Perhaps we could scan people's brains at extremely high detail so we could run them in some sort of human emulator. This requires a thorough understanding of the brain, huge amounts of storage, unbelievably fast computers, and very detailed scanning. If it's even possible, it may be several hundred years away.
Our bodies aren't going to last that long, but what if we could figure out how to preserve our brains so that the information didn't decay? Then, if the future turned out to be one in which we had advanced brain emulation and scanning technology, we could be revived. I don't know if people in the future would want to spend the time or money to revive us, but in a future with technology this advanced, reviving a preserved brain as a computer simulation could be really cheap.
The most advanced technology for long-term tissue preservation today [2] is cryonics: freezing with vitrification. You add something to the blood that keeps ice crystals from forming and then freeze it. This is pretty much the same thing frogs do, hibernating frozen through the winter. The biggest organs that have been successfully brought back to working order after vitrification are rabbit kidneys, and the brain is a lot bigger and much more complex. While there are people applying this technique to human brains after death, it's very much a one way street; we can't revive them with current technology.
How much should it worry us that we can't reverse this freezing process? If we're already talking about revival via high-detail scanning and emulation, which is only practical after hundreds of years of technological development, does it matter that we can't currently reverse it? The real question in determining whether vitrification is sufficient is whether we're preserving all the information in your brain. If something critical is missing, or if something about our current freezing process loses information, the brains we think are properly preserved might be damaged or deteriorated beyond repair. Without a round trip test where we freeze and then revive a brain, we don't know whether what we're doing will work.
Another issue is that once you've frozen the brain you need to keep it cold for a few centuries at least. Liquid nitrogen is pretty cheap, but providing it constantly over such a long time is hard. Organizations fall apart: very few stay in business for even 100 years, and those that do often have departed from their original missions. Current cryonics organizations seem no different from others, with financial difficulties and imperfect management, so I don't think 200+ years of full functioning is very likely.

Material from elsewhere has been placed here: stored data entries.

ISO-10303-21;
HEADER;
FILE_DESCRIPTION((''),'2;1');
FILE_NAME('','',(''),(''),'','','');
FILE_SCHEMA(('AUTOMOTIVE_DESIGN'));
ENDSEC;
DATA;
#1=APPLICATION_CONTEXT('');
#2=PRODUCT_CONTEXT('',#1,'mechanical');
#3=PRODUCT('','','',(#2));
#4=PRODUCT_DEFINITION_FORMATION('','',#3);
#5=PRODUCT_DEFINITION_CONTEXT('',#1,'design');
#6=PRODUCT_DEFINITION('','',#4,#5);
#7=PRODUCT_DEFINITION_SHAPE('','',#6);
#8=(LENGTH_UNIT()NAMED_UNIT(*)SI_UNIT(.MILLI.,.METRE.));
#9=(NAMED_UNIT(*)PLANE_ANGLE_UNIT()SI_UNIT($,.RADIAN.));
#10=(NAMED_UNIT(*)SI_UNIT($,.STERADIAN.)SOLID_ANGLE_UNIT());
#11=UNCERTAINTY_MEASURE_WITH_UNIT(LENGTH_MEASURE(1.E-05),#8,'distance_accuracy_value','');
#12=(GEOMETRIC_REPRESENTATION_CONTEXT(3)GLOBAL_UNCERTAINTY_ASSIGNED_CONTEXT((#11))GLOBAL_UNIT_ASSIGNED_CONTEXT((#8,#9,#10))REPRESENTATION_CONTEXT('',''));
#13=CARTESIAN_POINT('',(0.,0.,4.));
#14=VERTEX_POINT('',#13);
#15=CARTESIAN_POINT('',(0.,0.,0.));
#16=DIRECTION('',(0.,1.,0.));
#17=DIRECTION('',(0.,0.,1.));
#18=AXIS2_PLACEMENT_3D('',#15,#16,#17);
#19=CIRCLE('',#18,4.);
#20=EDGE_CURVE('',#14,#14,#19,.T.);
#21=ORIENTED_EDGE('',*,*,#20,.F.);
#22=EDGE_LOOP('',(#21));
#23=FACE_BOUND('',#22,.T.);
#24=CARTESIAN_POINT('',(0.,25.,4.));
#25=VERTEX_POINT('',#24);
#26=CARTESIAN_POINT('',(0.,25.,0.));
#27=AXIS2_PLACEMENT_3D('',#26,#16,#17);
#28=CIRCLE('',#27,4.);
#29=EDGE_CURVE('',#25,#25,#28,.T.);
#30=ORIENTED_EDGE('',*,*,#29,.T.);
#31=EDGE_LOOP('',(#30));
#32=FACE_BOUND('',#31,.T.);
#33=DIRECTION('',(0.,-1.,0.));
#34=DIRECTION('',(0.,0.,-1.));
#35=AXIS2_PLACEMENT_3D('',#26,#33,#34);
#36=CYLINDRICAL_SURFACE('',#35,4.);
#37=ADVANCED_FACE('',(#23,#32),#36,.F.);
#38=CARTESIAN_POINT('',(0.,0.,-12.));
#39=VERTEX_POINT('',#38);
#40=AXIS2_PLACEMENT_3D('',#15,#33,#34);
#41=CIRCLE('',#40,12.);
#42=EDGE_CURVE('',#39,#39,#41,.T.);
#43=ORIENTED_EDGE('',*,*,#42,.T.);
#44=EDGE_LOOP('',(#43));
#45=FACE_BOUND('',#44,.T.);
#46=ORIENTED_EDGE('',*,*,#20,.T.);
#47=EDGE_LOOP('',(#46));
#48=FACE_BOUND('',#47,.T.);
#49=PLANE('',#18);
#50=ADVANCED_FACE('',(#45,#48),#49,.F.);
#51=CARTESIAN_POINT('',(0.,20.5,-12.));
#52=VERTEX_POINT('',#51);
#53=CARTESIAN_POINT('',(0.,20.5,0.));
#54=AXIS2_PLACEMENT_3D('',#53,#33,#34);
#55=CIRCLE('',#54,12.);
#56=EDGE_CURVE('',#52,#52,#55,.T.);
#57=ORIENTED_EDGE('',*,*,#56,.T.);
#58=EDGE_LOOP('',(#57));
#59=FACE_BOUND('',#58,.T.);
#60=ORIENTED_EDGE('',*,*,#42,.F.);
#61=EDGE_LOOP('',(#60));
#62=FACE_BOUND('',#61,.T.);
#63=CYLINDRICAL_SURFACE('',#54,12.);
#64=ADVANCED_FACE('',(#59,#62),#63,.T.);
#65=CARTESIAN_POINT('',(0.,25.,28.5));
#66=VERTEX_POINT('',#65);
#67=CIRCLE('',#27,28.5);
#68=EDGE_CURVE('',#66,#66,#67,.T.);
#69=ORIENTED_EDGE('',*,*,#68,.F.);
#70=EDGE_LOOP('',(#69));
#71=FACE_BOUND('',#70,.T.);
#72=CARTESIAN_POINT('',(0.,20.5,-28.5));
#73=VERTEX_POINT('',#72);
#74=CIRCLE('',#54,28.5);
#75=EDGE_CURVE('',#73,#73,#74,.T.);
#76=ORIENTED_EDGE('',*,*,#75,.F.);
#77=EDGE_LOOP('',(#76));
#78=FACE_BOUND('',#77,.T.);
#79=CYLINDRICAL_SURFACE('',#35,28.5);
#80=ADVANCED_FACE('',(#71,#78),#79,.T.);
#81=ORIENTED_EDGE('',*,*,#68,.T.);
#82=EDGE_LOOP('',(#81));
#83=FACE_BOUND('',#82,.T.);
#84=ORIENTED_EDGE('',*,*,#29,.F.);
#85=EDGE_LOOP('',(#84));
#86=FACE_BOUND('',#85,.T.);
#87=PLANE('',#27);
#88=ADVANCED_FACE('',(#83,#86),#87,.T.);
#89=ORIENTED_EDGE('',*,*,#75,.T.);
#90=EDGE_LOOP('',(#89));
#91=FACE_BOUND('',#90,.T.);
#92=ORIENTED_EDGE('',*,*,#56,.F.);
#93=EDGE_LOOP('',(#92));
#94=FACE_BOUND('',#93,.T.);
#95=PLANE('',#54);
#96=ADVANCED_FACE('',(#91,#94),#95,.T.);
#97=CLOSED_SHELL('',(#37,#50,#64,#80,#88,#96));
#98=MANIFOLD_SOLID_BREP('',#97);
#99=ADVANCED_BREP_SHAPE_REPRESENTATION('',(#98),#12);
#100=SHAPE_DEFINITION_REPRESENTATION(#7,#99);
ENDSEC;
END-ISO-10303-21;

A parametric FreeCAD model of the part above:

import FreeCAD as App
import Part
import Sketcher
from FreeCAD import Vector


def add_polygon(sketch, points):
    """Adds a closed chain of lines whose ends are joined by coincident constraints."""
    first, n = sketch.GeometryCount, len(points)
    for a, b in zip(points, points[1:] + points[:1]):
        sketch.addGeometry(Part.LineSegment(App.Vector(*a, 0), App.Vector(*b, 0)), False)
    for i in range(n):
        sketch.addConstraint(Sketcher.Constraint("Coincident", first + i, 2, first + (i + 1) % n, 1))

doc = App.newDocument("Part")
params = doc.addObject("Spreadsheet::Sheet", "Params")
for row, (alias, value) in enumerate([
    ("sketch1_diameter", "57 mm"),
    ("sketch1_diameter2", "8 mm"),
    ("pad1_length", "25 mm"),
    ("sketch2_diameter", "24 mm"),
    ("sketch2_width", "75.88 mm"),
    ("pocket1_length", "20.5 mm"),
], start=1):
    params.set(f"A{row}", alias)
    params.set(f"B{row}", "=" + value)
    params.setAlias(f"B{row}", alias)

body = doc.addObject("PartDesign::Body", "Body")

# Sketch on XZ plane
sketch1 = body.newObject("Sketcher::SketchObject", "Sketch")
sketch1.AttachmentSupport = (doc.getObject("XZ_Plane"), [""])
sketch1.MapMode = "FlatFace"
sketch1.addGeometry([
    Part.Circle(Vector(0, 0, 0), Vector(0, 0, 1), 28.5),
    Part.Circle(Vector(0, 0, 0), Vector(0, 0, 1), 4),
], False)
sketch1.addConstraint([
    Sketcher.Constraint("Coincident", 0, 3, -1, 1),
    Sketcher.Constraint("Coincident", 1, 3, -1, 1),
    Sketcher.Constraint("Diameter", 0, 57.0),
    Sketcher.Constraint("Diameter", 1, 8.0),
])
sketch1.setExpression("Constraints[2]", "Params.sketch1_diameter")
sketch1.setExpression("Constraints[3]", "Params.sketch1_diameter2")
pad1 = body.newObject("PartDesign::Pad", "Pad")
pad1.Profile = sketch1
pad1.setExpression("Length", "Params.pad1_length")
pad1.Reversed = True

# Sketch on XZ plane
sketch2 = body.newObject("Sketcher::SketchObject", "Sketch001")
sketch2.AttachmentSupport = (doc.getObject("XZ_Plane"), [""])
sketch2.MapMode = "FlatFace"
add_polygon(sketch2, [(-38, 38), (-38, -38), (38, -38), (38, 38)])  # lines 0-3
sketch2.addGeometry(Part.Circle(Vector(0, 0, 0), Vector(0, 0, 1), 12), False)  # 4
sketch2.addConstraint([
    Sketcher.Constraint("Vertical", 0),
    Sketcher.Constraint("Horizontal", 1),
    Sketcher.Constraint("Vertical", 2),
    Sketcher.Constraint("Horizontal", 3),
    Sketcher.Constraint("Coincident", 4, 3, -1, 1),
    Sketcher.Constraint("Symmetric", 0, 2, 2, 2, -1, 1),
    Sketcher.Constraint("Equal", 3, 0),
    Sketcher.Constraint("Diameter", 4, 24.0),
    Sketcher.Constraint("DistanceX", 1, 1, 1, 2, 75.88),
])
sketch2.setExpression("Constraints[11]", "Params.sketch2_diameter")
sketch2.setExpression("Constraints[12]", "Params.sketch2_width")
pocket1 = body.newObject("PartDesign::Pocket", "Pocket")
pocket1.Profile = sketch2
pocket1.setExpression("Length", "Params.pocket1_length")

doc.recompute()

Even if nothing goes wrong with the organization itself, will our society last that long? Nuclear war, 'ordinary' war, bioterrorism, global warming, plagues, and future technologies all pose major risks. Even if these don't kill everyone, they might disrupt the cryonics organizations or stop technological development such that revival technology is never developed.
Taking all these potential problems and risks into account, it's unlikely that you can get around death by signing up for cryonics. In attempts to calculate overall odds for success from estimated chances of each step I've seen various numbers: 1:3, 1:4, 1:7, 1:15 and 1:400. I'm even more pessimistic: I calculated 1:600 when I first posted to lesswrong and have since revised down to 1:1000. To some people the probability doesn't matter, but because it's expensive and there are plenty of other things one can do with money, I don't think it's obviously the sensible thing to do.
(I also posted this on my blog.)
[1] Well, lose your heart and you're gone too. Except that we can make mechanical hearts and you stay the same person on receiving one. Not so much with a mechanical brain.
[2] Plastination is also an option, but it's not yet to a point where we can do it on even a mouse brain.